6A Flashcards
What are the three main topics of this lecture?
- Regression with binary categorical independent variables. 2. Regression with non-binary categorical independent variables. 3. How to handle ordinal variables in regression.
What are the two key characteristics used to classify variables?
- Logical order – Do the values follow a natural ranking?
- Equal distances – Are the gaps between values consistent?
What are examples of variables with a logical order?
Monthly income, education level, left-right identification, immigration attitudes.
What are examples of variables without a logical order?
Vote choice (e.g., VVD, CDA, PVV), religion (e.g., Catholic, Protestant, Muslim).
What are examples of variables with equal distances?
Monthly income, left-right identification, immigration attitudes.
What are examples of variables without equal distances?
Educational level (e.g., primary, secondary, higher education).
What are the three types of variables?
- Categorical – No logical order (e.g., vote choice). 2. Ordinal – Logical order, but unequal distances (e.g., education level). 3. Continuous – Logical order with equal distances (e.g., income).
What are binary categorical variables?
Variables with only two categories, coded as 0 and 1 (e.g., voted = 1, did not vote = 0).
What are non-binary categorical variables?
Variables with more than two categories (e.g., religion: Catholic, Protestant, Muslim).
What are dummy variables (dichotomous variables)?
Binary categorical variables coded as 0 and 1 for use in regression.
Why should the dependent variable (Y) always be continuous in linear regression?
Linear regression assumes that Y follows a continuous distribution, allowing for meaningful interpretation of coefficients.
How can binary categorical variables be included in regression?
They are directly included as independent variables, coded as 0 and 1, and interpreted the same way as continuous variables.
What does the intercept represent in a regression with a binary independent variable?
The predicted value of Y when the binary variable equals 0 (i.e., the reference group).
What does the coefficient (b₁) of a binary independent variable represent?
The difference in the dependent variable (Y) between the 1 and 0 groups.
How is regression with a binary independent variable related to a t-test?
A simple regression with a binary independent variable produces the same results as an independent-samples t-test.
Why can non-binary categorical variables not be used directly in regression?
Regression requires numerical input, so categorical variables must be converted into multiple binary variables (dummy variables).
What is a reference category in dummy coding?
The category that is not assigned a dummy variable. All other categories are compared against it.
What happens if a respondent has 0s on all dummy variables?
They belong to the reference category.
How are dummy variables used in regression?

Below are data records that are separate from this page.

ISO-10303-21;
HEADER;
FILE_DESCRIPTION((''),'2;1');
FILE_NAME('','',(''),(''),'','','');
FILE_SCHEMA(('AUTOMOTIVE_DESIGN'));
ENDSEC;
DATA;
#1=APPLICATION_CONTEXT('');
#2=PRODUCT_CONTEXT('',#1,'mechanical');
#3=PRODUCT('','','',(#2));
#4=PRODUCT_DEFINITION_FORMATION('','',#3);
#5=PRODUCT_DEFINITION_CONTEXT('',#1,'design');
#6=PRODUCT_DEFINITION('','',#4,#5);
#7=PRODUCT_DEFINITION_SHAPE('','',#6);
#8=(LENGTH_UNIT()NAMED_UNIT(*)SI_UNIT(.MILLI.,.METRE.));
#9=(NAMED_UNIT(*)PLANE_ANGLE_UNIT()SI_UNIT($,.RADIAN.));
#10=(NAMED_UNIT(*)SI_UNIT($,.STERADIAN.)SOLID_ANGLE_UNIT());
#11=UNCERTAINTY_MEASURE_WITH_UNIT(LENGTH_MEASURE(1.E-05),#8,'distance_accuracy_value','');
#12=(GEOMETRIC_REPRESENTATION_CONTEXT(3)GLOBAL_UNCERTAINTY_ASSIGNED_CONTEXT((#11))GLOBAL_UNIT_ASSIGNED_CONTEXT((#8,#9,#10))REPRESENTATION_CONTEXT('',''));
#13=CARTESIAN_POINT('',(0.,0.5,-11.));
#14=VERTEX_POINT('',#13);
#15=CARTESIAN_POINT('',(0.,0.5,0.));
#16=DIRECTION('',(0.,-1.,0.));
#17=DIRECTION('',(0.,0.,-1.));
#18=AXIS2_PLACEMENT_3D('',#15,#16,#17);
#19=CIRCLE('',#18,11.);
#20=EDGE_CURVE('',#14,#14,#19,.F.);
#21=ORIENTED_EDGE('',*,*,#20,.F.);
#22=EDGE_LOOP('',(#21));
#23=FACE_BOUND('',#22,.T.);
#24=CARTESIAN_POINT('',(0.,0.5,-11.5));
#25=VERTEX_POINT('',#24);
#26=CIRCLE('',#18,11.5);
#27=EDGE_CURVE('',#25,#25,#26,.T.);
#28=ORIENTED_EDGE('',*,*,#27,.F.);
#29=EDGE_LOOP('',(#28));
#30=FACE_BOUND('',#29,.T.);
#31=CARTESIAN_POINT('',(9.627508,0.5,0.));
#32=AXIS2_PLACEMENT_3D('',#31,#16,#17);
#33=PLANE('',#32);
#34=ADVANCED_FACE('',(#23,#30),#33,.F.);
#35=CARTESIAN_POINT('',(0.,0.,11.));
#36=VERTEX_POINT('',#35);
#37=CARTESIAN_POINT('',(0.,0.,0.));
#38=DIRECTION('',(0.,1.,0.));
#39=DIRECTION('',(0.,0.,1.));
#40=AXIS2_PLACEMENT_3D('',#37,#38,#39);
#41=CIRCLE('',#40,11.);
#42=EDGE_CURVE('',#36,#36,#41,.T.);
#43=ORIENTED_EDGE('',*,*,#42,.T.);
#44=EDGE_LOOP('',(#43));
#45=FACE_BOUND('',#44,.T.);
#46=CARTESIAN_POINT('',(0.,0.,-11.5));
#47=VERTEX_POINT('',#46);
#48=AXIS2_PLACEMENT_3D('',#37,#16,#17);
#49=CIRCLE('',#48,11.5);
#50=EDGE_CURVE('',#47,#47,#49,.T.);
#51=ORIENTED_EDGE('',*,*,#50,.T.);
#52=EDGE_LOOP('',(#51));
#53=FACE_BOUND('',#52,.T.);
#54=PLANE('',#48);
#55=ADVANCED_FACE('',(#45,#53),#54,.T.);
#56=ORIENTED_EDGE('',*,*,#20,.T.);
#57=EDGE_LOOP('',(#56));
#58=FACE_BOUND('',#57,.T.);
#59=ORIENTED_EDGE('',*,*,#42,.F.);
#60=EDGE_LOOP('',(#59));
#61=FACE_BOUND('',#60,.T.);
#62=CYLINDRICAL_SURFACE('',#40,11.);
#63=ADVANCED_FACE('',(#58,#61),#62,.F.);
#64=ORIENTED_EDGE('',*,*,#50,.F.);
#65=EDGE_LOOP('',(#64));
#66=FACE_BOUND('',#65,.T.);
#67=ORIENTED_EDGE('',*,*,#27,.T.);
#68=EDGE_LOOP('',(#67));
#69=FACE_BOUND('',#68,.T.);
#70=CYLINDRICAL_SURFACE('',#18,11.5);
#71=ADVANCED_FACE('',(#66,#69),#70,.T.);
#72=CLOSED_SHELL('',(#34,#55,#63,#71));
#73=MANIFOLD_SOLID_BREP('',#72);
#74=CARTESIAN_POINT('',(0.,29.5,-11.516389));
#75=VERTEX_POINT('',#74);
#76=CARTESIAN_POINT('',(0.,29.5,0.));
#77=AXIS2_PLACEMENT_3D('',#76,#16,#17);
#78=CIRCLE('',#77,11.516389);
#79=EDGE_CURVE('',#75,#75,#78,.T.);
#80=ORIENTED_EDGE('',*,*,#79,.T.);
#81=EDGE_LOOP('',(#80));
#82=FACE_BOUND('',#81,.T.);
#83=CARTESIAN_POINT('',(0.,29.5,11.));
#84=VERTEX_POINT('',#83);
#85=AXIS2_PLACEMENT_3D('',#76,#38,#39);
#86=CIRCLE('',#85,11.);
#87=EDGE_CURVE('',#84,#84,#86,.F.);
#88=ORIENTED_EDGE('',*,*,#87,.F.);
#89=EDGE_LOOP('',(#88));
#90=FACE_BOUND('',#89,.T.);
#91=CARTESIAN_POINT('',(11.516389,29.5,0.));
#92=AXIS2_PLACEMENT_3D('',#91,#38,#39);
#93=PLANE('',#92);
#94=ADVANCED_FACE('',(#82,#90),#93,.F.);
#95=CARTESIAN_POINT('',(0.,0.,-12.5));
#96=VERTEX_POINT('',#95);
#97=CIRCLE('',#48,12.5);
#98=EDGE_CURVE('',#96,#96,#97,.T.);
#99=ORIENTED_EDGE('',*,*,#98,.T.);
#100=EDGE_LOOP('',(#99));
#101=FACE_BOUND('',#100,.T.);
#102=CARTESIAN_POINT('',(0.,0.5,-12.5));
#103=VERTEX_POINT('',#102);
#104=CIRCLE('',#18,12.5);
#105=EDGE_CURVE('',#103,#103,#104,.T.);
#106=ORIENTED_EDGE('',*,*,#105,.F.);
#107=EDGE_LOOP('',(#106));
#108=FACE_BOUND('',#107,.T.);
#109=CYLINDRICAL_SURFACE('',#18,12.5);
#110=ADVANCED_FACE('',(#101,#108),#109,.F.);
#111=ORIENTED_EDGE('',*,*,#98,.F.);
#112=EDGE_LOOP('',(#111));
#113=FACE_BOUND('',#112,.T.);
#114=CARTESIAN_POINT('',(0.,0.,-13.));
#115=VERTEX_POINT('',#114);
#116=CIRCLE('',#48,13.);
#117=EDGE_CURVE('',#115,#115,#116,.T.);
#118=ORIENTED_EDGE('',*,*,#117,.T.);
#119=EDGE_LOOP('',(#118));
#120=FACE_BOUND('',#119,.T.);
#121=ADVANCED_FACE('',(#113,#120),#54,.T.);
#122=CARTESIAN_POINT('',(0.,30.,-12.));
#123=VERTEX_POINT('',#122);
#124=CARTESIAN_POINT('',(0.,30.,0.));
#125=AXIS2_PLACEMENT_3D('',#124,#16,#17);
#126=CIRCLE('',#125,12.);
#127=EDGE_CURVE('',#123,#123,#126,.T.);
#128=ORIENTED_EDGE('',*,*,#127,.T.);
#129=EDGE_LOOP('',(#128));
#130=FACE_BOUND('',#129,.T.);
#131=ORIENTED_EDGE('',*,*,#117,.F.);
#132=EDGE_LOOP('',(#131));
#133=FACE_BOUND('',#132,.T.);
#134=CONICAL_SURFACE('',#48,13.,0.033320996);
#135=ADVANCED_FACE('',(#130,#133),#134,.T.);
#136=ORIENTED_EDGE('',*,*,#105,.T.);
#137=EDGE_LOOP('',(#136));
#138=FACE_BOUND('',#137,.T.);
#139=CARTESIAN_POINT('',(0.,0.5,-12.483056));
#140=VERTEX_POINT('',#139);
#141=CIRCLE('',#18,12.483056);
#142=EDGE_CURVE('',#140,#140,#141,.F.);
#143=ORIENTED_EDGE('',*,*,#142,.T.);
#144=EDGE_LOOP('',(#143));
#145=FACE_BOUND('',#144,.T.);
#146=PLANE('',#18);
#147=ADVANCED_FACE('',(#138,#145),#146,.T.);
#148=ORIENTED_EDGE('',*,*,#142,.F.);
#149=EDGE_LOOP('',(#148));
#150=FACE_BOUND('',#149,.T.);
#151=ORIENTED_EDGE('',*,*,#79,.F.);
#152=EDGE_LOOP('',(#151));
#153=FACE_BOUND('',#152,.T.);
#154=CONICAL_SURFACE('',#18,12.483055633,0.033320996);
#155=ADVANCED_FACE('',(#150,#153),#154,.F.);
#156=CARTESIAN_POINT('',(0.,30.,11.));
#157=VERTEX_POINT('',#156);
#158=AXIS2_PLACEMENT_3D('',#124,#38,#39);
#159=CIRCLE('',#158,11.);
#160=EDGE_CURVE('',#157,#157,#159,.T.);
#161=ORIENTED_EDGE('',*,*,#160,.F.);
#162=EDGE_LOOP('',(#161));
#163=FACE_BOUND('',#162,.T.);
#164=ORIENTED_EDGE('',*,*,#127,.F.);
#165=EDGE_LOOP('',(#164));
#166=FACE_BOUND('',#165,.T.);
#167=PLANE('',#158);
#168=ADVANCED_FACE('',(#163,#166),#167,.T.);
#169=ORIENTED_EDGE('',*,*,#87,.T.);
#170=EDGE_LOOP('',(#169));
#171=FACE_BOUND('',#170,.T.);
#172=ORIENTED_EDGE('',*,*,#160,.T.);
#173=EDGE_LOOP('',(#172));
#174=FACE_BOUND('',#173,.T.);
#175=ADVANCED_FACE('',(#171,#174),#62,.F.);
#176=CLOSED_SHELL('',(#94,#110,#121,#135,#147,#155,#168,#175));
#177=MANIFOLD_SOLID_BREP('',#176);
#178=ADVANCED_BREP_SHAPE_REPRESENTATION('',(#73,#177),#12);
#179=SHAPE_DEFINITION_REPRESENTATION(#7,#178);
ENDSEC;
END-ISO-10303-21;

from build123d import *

# Parameters (mm, degrees)
SKETCH6_R          = 11
CUT_EXTRUDE1_DEPTH = 30
SKETCH8_R          = 12.5
SKETCH8_R_2        = 11.5
CUT_EXTRUDE3_DEPTH = 0.5


with BuildPart() as part:
    # Sketch3 → Revolve1 (revolve)
    with BuildSketch(Plane.XY):
        Polygon((0, 0), (13, 0), (12, 30), (0, 30), align=None)
    revolve(axis=Axis((0, 0, 0), (0, 1, 0)))

    # Sketch6 → Cut-Extrude1 (cut)
    with BuildSketch(Plane(origin=(0, 30, 0), x_dir=(1, 0, 0), z_dir=(0, 1, 0))):
        Circle(SKETCH6_R)
    extrude(amount=-CUT_EXTRUDE1_DEPTH, mode=Mode.SUBTRACT)

    # Sketch7 → Cut-Revolve1 (revolve, cut)
    with BuildSketch(Plane.XY):
        Polygon((8.985599586, 29.5), (9.627507592, 0.5), (12.483055633, 0.5), (11.516388966, 29.5), align=None)
    revolve(axis=Axis((0, 0, 0), (0, 1, 0)), mode=Mode.SUBTRACT)

    # Sketch8 → Cut-Extrude3 (cut)
    with BuildSketch(Plane(origin=(0, 0, 0), x_dir=(-1, 0, 0), z_dir=(0, -1, 0))):
        Circle(SKETCH8_R)
        Circle(SKETCH8_R_2, mode=Mode.SUBTRACT)
    extrude(amount=-CUT_EXTRUDE3_DEPTH, mode=Mode.SUBTRACT)


solid = part.part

Each category (except the reference) gets a binary variable (1 = in category, 0 = not in category).
What is an example of a dummy variable transformation?
If religion has four categories (Catholic, Protestant, Muslim, Non-religious), three dummy variables are created: Catholic (1/0), Protestant (1/0), Muslim (1/0), with Non-religious as the reference category.
How is the regression coefficient of a dummy variable interpreted?
The coefficient represents the difference in the dependent variable (Y) between that category and the reference category.
What is the advantage of using SPSS’s automatic dummy variable coding?
- It is faster and easier than manual coding. 2. It provides a p-value for the entire categorical variable. 3. It provides means for each category, aiding interpretation.
What does the F-test in regression measure for categorical variables?
It tests whether the categorical variable as a whole (all dummy variables together) has a significant effect on Y.
What does R² measure in regression?
The proportion of variance in the dependent variable (Y) explained by the independent variables.
How can the effect size of a categorical variable be evaluated?
- Unstandardized effect size – Compare category means from SPSS output. 2. Standardized effect size – Calculate the Adjusted R² change when adding the categorical variable to the model.
How is Adjusted R² Change calculated for categorical variables?
Model with categorical variable – Model without categorical variable = Adjusted R² Change (indicates how much variance is explained by the categorical variable).
What are ordinal variables?
Variables with a logical order but unequal distances between values (e.g., education level: primary, secondary, higher education).
How can ordinal independent variables be modeled in regression?
They can be treated as continuous or categorical.
What is the advantage of modeling an ordinal variable as continuous?
It simplifies the analysis and avoids unnecessary complexity if the variable behaves approximately linearly.
How can we decide whether to model an ordinal variable as categorical or continuous?
Compare the Adjusted R² values for both specifications. If the categorical model does not improve Adjusted R² substantially, use the continuous specification.
What is an example of modeling an ordinal variable as categorical vs. continuous?
In a study on education and immigration attitudes, treating education as categorical (multiple dummy variables) only slightly improved Adjusted R² compared to a continuous model, so the simpler continuous model was preferable.